The charity was officially established during the lifetime of William Jones. The letters patent, granted by King James I, were dated 19 March 1614. The original site of the Monmouth Alms Houses and Monmouth School and Chapel was the area bounded by four roads: Bridge Street, Almshouse Street (then part of Whitecross Street), Weirhead Street, and the road leading to Wye Bridge. The original twenty Monmouth Alms Houses were constructed in that area of Monmouth during the summer of 1614. The Monmouth Alms Houses were rebuilt in 1842 and 1961. A second charity was established for the town of Newland based on Jones's bequest of £5,000 to that town. The letters patent for the Newland charity were dated 20 July 1619. The 16 Newland Alms Houses and preacher's house had already been erected in 1616 to 1617. The original Newland Alms Houses were added to the National Heritage List for England on 12 December 1953 as Grade II listed buildings. The William Jones's Alms House Charities continued to fund alms houses in both Monmouth, South Wales and Newland, Forest of Dean until recently. Due to the limited amenities in Newland and the age of the early 17th century Newland Alms Houses, which were difficult to modernize, the decision was made to concentrate alms house activity in Monmouth. The Newland Alms Houses were closed and the facility sold in 2010. The Haberdashers' Company had acted as trustee of the charity since 1613. In January 2007, Bristol Charities assumed management responsibilities for the charity. In June 2011 the trusteeship of the charity was transferred from the Haberdashers' Company to Bristol Charities.

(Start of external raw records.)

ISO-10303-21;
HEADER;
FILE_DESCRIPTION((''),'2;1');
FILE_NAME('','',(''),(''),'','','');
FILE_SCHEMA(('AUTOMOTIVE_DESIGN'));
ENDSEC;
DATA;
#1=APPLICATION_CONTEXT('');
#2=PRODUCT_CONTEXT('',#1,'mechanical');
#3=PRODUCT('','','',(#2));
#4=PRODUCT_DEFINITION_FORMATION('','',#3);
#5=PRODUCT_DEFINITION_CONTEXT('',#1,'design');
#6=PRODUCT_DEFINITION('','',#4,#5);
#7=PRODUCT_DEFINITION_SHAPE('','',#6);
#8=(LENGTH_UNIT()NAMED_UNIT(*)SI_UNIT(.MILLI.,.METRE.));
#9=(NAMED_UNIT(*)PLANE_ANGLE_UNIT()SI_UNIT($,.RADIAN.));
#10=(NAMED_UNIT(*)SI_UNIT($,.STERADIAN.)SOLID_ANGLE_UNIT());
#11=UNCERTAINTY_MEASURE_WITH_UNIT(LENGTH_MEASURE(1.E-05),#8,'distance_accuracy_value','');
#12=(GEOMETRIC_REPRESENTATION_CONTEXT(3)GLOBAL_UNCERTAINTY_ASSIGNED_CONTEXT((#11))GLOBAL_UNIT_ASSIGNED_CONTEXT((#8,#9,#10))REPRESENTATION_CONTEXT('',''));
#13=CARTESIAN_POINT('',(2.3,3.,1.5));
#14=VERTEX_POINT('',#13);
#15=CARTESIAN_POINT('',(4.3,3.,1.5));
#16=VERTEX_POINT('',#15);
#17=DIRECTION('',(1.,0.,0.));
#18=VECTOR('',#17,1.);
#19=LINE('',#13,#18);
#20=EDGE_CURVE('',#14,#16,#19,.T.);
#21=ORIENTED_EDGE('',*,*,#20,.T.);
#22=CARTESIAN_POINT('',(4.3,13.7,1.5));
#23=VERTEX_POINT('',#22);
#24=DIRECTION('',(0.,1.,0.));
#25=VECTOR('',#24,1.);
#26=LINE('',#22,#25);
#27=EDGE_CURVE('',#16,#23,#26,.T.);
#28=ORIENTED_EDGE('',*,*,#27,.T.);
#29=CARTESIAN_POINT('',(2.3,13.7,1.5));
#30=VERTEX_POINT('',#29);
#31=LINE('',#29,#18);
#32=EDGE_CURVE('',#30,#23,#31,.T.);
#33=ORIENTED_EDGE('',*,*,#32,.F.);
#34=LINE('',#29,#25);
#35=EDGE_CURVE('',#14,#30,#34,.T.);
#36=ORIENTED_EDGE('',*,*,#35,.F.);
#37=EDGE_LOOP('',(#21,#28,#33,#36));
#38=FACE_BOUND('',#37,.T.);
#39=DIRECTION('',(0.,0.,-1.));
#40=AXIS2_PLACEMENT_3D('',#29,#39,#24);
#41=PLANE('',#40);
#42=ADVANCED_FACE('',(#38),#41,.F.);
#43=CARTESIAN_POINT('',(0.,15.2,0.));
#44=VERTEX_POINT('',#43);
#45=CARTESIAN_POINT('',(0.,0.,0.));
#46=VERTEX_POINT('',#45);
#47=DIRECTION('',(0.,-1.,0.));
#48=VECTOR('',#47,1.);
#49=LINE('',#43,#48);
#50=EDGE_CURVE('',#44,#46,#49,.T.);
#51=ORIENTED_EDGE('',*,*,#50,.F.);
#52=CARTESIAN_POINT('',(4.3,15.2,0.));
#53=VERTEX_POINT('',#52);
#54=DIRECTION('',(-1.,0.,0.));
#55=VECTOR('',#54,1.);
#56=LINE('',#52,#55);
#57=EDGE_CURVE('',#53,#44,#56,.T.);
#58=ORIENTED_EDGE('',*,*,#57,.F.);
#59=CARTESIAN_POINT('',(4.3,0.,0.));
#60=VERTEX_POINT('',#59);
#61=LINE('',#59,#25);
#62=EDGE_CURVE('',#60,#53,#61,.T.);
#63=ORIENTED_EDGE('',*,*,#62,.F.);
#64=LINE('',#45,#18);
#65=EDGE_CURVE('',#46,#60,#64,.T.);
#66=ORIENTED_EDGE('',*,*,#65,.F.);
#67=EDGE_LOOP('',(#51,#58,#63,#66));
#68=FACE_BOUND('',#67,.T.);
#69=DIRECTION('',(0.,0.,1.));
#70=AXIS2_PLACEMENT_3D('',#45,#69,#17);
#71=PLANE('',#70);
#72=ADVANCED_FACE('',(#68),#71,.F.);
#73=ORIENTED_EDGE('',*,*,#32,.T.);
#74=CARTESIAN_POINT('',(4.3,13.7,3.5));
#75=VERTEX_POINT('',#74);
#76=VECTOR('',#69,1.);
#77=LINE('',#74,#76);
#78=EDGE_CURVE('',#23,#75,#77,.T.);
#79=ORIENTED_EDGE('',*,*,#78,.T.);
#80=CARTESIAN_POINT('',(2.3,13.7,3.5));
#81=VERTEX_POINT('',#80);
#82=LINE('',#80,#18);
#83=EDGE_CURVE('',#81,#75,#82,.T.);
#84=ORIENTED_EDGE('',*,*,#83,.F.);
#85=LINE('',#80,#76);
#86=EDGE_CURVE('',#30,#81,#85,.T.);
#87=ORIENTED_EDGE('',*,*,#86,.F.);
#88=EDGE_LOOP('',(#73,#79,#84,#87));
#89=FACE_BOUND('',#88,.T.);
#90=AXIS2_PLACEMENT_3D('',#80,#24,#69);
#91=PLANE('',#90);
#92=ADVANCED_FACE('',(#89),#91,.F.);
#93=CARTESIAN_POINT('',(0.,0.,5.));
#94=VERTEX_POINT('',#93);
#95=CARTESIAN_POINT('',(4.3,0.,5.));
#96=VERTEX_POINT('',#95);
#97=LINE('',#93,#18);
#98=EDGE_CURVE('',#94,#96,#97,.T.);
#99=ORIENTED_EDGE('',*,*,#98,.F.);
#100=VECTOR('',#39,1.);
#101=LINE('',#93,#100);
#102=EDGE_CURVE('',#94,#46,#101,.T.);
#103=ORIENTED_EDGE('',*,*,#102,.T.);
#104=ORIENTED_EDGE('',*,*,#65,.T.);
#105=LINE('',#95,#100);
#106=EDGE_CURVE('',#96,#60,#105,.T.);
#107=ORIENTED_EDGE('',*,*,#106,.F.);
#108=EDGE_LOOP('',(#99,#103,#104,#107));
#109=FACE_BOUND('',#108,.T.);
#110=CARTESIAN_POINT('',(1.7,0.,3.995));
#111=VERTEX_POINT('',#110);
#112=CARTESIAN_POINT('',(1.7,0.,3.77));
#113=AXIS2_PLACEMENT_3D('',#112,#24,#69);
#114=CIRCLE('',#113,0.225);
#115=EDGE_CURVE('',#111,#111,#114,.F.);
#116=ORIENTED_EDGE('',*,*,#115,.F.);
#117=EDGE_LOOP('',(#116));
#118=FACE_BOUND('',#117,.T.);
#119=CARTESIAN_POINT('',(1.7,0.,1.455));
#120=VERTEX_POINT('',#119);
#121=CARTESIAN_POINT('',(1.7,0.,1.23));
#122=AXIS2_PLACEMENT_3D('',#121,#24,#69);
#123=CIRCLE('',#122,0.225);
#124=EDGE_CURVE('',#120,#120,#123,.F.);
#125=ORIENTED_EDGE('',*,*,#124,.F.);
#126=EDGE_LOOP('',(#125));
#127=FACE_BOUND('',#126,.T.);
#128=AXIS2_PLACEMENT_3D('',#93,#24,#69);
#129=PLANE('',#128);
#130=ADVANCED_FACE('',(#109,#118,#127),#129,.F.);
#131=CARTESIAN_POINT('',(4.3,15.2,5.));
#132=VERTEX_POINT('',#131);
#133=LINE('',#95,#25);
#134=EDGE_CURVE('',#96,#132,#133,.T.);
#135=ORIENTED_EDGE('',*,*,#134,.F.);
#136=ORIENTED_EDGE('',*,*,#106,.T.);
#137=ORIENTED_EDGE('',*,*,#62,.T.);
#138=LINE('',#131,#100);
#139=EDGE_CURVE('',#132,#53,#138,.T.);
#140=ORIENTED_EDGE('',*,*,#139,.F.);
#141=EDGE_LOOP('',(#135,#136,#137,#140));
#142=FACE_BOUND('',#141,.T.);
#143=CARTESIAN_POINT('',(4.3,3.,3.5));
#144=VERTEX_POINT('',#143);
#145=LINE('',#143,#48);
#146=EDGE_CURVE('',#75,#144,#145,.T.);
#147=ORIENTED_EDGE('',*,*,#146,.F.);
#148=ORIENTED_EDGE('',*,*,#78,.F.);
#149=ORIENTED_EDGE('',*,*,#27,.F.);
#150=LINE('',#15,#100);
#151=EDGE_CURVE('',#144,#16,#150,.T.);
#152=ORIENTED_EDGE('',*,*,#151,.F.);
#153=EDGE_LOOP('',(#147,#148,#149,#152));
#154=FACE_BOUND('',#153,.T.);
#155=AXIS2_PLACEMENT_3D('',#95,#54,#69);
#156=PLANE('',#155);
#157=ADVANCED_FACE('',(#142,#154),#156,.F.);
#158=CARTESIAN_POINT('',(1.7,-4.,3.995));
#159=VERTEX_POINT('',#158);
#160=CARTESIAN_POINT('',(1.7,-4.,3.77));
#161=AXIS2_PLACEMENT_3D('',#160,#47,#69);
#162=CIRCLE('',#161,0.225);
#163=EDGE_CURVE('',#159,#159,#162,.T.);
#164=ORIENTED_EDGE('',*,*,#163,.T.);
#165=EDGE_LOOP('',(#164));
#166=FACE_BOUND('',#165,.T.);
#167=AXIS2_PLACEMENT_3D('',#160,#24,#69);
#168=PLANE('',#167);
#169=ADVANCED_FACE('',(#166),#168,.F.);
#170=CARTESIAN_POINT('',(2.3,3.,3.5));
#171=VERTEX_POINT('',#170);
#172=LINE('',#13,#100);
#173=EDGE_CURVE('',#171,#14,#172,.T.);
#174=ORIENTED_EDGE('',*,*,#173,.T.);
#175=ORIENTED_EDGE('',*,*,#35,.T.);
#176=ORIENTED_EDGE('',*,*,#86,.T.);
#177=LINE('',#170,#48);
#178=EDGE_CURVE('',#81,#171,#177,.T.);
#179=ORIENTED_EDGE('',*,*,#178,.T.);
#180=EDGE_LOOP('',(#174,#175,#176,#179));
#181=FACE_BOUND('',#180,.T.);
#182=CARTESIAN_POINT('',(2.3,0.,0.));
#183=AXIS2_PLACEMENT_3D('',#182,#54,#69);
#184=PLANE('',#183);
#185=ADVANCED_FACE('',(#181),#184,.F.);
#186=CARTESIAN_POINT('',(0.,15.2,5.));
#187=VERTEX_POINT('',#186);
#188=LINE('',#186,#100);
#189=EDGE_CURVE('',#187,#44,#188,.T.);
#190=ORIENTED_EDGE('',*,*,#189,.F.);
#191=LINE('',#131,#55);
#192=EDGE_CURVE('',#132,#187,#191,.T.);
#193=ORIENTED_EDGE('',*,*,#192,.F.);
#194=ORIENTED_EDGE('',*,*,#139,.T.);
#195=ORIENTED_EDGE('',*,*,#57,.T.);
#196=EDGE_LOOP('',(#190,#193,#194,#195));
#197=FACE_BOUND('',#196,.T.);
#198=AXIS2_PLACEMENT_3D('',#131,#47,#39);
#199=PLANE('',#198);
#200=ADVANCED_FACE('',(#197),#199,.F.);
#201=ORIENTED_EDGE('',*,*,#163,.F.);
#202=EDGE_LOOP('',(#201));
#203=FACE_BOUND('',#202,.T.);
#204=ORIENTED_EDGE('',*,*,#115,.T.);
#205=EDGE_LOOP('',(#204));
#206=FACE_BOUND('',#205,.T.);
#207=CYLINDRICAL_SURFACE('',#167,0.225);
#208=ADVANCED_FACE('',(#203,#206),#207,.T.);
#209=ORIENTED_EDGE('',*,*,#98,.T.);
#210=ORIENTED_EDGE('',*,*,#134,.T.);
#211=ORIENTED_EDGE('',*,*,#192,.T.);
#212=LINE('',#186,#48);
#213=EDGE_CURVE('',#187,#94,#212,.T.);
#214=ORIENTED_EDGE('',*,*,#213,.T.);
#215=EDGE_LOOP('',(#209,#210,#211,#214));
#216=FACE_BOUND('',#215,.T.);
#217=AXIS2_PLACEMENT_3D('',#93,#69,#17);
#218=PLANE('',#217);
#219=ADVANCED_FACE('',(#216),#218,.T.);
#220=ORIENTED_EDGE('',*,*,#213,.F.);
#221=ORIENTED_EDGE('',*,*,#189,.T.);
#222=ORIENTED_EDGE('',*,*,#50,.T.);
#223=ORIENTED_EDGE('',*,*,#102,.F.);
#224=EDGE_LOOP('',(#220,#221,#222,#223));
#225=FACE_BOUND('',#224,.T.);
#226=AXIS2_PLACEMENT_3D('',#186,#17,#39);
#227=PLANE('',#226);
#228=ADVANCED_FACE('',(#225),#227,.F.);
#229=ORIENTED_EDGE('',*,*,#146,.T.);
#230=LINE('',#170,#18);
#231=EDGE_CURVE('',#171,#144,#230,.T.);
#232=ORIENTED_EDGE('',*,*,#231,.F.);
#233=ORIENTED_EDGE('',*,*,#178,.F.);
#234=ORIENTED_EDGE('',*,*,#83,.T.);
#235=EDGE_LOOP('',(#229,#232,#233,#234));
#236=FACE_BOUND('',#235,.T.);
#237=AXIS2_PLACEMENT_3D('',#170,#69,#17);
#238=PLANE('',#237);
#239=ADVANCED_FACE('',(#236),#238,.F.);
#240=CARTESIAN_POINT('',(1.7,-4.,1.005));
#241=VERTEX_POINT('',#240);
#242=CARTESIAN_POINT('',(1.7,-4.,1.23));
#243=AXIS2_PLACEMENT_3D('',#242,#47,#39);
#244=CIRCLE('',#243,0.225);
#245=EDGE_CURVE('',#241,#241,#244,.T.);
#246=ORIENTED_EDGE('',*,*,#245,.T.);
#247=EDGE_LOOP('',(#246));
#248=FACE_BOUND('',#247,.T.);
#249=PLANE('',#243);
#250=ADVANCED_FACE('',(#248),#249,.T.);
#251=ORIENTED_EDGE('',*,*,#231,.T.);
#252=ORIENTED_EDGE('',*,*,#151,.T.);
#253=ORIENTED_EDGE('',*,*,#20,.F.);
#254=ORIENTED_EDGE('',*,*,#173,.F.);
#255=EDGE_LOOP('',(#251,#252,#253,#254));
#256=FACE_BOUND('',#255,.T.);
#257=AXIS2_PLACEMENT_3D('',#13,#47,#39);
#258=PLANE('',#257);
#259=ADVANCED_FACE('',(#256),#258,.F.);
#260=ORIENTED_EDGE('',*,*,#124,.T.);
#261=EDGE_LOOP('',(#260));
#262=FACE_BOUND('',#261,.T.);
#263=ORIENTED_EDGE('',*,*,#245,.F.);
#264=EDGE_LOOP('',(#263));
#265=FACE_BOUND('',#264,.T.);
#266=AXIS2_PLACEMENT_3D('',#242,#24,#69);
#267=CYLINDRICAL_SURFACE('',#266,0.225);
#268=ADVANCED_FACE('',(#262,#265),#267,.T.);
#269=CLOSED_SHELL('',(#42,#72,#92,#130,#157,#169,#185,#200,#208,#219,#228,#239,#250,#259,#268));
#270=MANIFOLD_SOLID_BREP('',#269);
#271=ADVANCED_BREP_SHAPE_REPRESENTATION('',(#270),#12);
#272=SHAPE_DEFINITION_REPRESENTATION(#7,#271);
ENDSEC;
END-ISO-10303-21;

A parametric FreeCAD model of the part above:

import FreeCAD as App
import Part
import Sketcher
from FreeCAD import Vector


def add_polygon(sketch, points):
    """Adds a closed chain of lines whose ends are joined by coincident constraints."""
    first, n = sketch.GeometryCount, len(points)
    for a, b in zip(points, points[1:] + points[:1]):
        sketch.addGeometry(Part.LineSegment(App.Vector(*a, 0), App.Vector(*b, 0)), False)
    for i in range(n):
        sketch.addConstraint(Sketcher.Constraint("Coincident", first + i, 2, first + (i + 1) % n, 1))

doc = App.newDocument("Part")
params = doc.addObject("Spreadsheet::Sheet", "Params")
for row, (alias, value) in enumerate([
    ("sketch1_width", "4.3 mm"),
    ("sketch1_height", "15.2 mm"),
    ("pad1_length", "5 mm"),
    ("sketch2_height", "2 mm"),
    ("sketch2_width", "10.7 mm"),
    ("pocket1_length", "2 mm"),
    ("sketch3_diameter", "0.45 mm"),
    ("pad2_length", "4 mm"),
], start=1):
    params.set(f"A{row}", alias)
    params.set(f"B{row}", "=" + value)
    params.setAlias(f"B{row}", alias)

body = doc.addObject("PartDesign::Body", "Body")

# Sketch on XY plane
sketch1 = body.newObject("Sketcher::SketchObject", "Sketch")
sketch1.AttachmentSupport = (doc.getObject("XY_Plane"), [""])
sketch1.MapMode = "FlatFace"
add_polygon(sketch1, [(0, 15.2), (0, 0), (4.3, 0), (4.3, 15.2)])  # lines 0-3
sketch1.addConstraint(Sketcher.Constraint("Vertical", 0))
sketch1.addConstraint(Sketcher.Constraint("Horizontal", 1))
sketch1.addConstraint(Sketcher.Constraint("Vertical", 2))
sketch1.addConstraint(Sketcher.Constraint("Horizontal", 3))
sketch1.addConstraint(Sketcher.Constraint("Coincident", 0, 2, -1, 1))
sketch1.addConstraint(Sketcher.Constraint("DistanceX", 1, 1, 1, 2, 4.3))
sketch1.addConstraint(Sketcher.Constraint("DistanceY", 0, 2, 0, 1, 15.2))
sketch1.setExpression("Constraints[9]", "Params.sketch1_width")
sketch1.setExpression("Constraints[10]", "Params.sketch1_height")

== Redevelopment of the Monmouth Alms Houses ==

The recent Monmouth Alms Houses dated from 1961. They consisted of nineteen small units. The residents of those units were temporarily relocated, and the Alms Houses closed in May 2008. Demolition of the Alms Houses off St James' Square began on Thursday, 23 February 2012. and consists of 24 one-bedroom apartments, which were ready for occupancy in early 2013. Housing developer Lovell was awarded the contract for the new flats. In addition, ten mews homes are available for sale. The future gated development of flats and houses is named Cwrt William Jones.